Text: Matthew 22:15-22

(Gary W. Charles, Cove Presbyterian Church, Covesville, VA 10-22-2017)

I have a suggestion for the next time you have guests over for dinner. Invite everyone at the table to offer their thoughts on taxes and then sit back and listen. It might result in a calm, serene, respectful conversation that does not last long because everyone agrees with each other. If so, you will have witnessed a miracle at your dinner table. Whether in colonial Boston, first century Palestine, or 21st century America, mention taxes, then stand back and watch the fireworks explode.

In the text for today, the always tame topic of taxation is raised by two groups, the Herodians and the Pharisees. These two Jewish groups active in the time of Jesus agreed on almost nothing, except that Jesus had to go. The tax in question was the infamous imperial tax paid by Jews as tribute to Rome, a head tax with no benefits for the Jews under Roman occupation. It was a tax that could not be hated more by occupied Jews and you can understand why.

Jesus has the taxation conversation not over a lovely dinner with friends, but out in the public square when he is accosted by the false praises of his opponents. They ask him to answer a pointed question about taxation, the answer to which even his questioners disagree.

Before Jesus answers their question, he asks them for a denarius, a coin worth a day’s wage. Imprinted on the face of the coin, or in the Greek, the “icon,” was the face of Caesar, with the inscription, “Tiberius Caesar, august son of the divine Augustus and high priest.” Jesus, then, asks them a question: “Whose image is on this coin?” The questioners respond, “Caesar.” ”Well, then, says Jesus, “give to Caesar what belongs to Caesar and give to God what belongs to God.”

This answer from Jesus seems straightforward enough. Maybe Matthew has finally served up a simple and straightforward parable-like saying from Jesus. Some think so. They read this text and say that Jesus is merely playing a word game with those who are out to get him. If Jesus answers, “Yes, it is lawful to pay taxes to Caesar,” he will be perceived as someone who is in the pocket of the Romans, just like the Herodians. If Jesus answers in the negative, then the Romans will string him up for sedition. So, instead, Jesus proves himself a skilled debater and turns the question on the questioners. It is a simple game of wits and he outwits his opponents.

Others read this text as equally straightforward and simple, as a battle cry for the strict separation of church and state. Simply put: pay your taxes to the state and pay your tithe to the church.

Actually, I doubt either conclusion begins to probe the depths of this exchange. In his brilliant commentary on Matthew, Tom Long writes, “Whether we call it taxation, tithing, or stewardship, there is the temptation to compartmentalize life (‘I set aside this part for God, and the rest belongs to me and to Caesar’). What Jesus says is that, although we may have to live under this or that Caesar and we may have to plunk down this or that tax, we never belong to Caesar. We belong, body and soul, to the living God, and we are to render to God what is God’s” (Tom Long, Matthew, Westminster Bible Companion, pp. 251-252). In other words, what belongs to God? Everything.
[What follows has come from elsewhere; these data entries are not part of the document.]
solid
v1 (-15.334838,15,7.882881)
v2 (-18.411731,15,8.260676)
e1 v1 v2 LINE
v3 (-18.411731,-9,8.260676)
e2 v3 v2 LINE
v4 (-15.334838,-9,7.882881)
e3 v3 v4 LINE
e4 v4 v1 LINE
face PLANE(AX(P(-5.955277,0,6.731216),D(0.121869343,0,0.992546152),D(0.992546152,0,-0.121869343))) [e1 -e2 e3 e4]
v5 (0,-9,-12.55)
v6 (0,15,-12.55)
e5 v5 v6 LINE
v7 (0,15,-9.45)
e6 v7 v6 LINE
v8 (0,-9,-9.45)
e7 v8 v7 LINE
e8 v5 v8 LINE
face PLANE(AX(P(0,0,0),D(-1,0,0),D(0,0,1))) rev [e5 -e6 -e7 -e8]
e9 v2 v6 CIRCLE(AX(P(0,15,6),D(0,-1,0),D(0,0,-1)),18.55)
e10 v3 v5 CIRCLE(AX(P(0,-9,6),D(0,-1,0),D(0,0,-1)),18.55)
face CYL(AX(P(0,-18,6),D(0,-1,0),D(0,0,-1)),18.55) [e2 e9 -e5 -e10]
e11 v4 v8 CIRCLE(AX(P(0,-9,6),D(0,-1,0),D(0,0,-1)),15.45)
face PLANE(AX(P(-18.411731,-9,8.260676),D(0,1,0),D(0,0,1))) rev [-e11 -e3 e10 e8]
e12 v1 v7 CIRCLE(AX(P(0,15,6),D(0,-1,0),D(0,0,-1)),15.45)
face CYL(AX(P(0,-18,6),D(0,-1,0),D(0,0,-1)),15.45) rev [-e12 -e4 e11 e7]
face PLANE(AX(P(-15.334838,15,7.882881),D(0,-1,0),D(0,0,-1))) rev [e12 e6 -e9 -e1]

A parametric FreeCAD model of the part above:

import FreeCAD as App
import Part
import Sketcher
Q = App.Units.Quantity


def add_polygon(sketch, points):
    """Adds a closed chain of lines whose ends are joined by coincident constraints."""
    first, n = sketch.GeometryCount, len(points)
    for a, b in zip(points, points[1:] + points[:1]):
        sketch.addGeometry(Part.LineSegment(App.Vector(*a, 0), App.Vector(*b, 0)), False)
    for i in range(n):
        sketch.addConstraint(Sketcher.Constraint("Coincident", first + i, 2, first + (i + 1) % n, 1))

doc = App.newDocument("Part")
body = doc.addObject("PartDesign::Body", "Body")

# Sketch on YZ plane
sketch1 = doc.addObject("Sketcher::SketchObject", "Sketch")
body.addObject(sketch1)
sketch1.AttachmentSupport = (doc.YZ_Plane, [""])
sketch1.MapMode = "FlatFace"
add_polygon(sketch1, [(15, -9.4), (-9, -9.4), (-9, -12.6), (15, -12.6)])  # lines 0-3
sketch1.addGeometry(Part.LineSegment(App.Vector(-9, 6, 0), App.Vector(15, 6, 0)), True)  # axis
sketch1.addConstraint(Sketcher.Constraint("Horizontal", 0))
sketch1.addConstraint(Sketcher.Constraint("Vertical", 1))
sketch1.addConstraint(Sketcher.Constraint("Horizontal", 2))
sketch1.addConstraint(Sketcher.Constraint("Vertical", 3))
sketch1.addConstraint(Sketcher.Constraint("Horizontal", 4))
sketch1.addConstraint(Sketcher.Constraint("Vertical", 1, 2, 4, 1))
sketch1.addConstraint(Sketcher.Constraint("Vertical", 3, 2, 4, 2))
sketch1.addConstraint(Sketcher.Constraint("DistanceX", 0, 2, 0, 1, Q("24 mm")))
sketch1.addConstraint(Sketcher.Constraint("DistanceY", 1, 2, 1, 1, Q("3.1 mm")))
sketch1.addConstraint(Sketcher.Constraint("DistanceX", 0, 2, -1, 1, Q("9 mm")))
sketch1.addConstraint(Sketcher.Constraint("DistanceY", -1, 1, 4, 1, Q("6 mm")))
sketch1.addConstraint(Sketcher.Constraint("DistanceY", 0, 2, -1, 1, Q("9.45 mm")))
revolution = doc.addObject("PartDesign::Revolution", "Revolution")
body.addObject(revolution)
revolution.Profile = sketch1
revolution.ReferenceAxis = (sketch1, ["Axis0"])
revolution.Angle = 97

doc.recompute()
What then belongs to Caesar? Absolutely nothing.

Tucked inside the Presbyterian Book of Confessions is a catechism written in the 16th century. A catechism was a question and answer technique to teach the faith to children and all those who could not read. The Heidelberg Catechism begins with a question and answer which frames all the questions and answers that follow: “What is your only comfort in life and in death?” That is the opening question, to which the catechumen is taught to respond: “That I am not my own, but belong with body and soul, both in life and in death, to my faithful Savior Jesus Christ.”

Centuries before the Heidelberg Catechism was written, the prophet Isaiah spoke this word of God: “Can a woman forget her nursing child? . . . Even these may forget, yet I will not forget you. See, I have inscribed you on the palms of my hands” (Isa. 49:1`5-16). The exchange between Jesus and his opponents is not really about the merit of taxation. It is about the merit of remembering that we belong to God, body and soul. It is about remembering that you and I walk around stamped with an imprint of the divine. That is what we celebrate each time baptismal waters flow. Or, as Richard Spalding says so beautifully, “Baptism is the watermark of our true currency . . . We bear God’s image—as the palm of God’s hand bears ours.” (Feasting on the Word, p. 192).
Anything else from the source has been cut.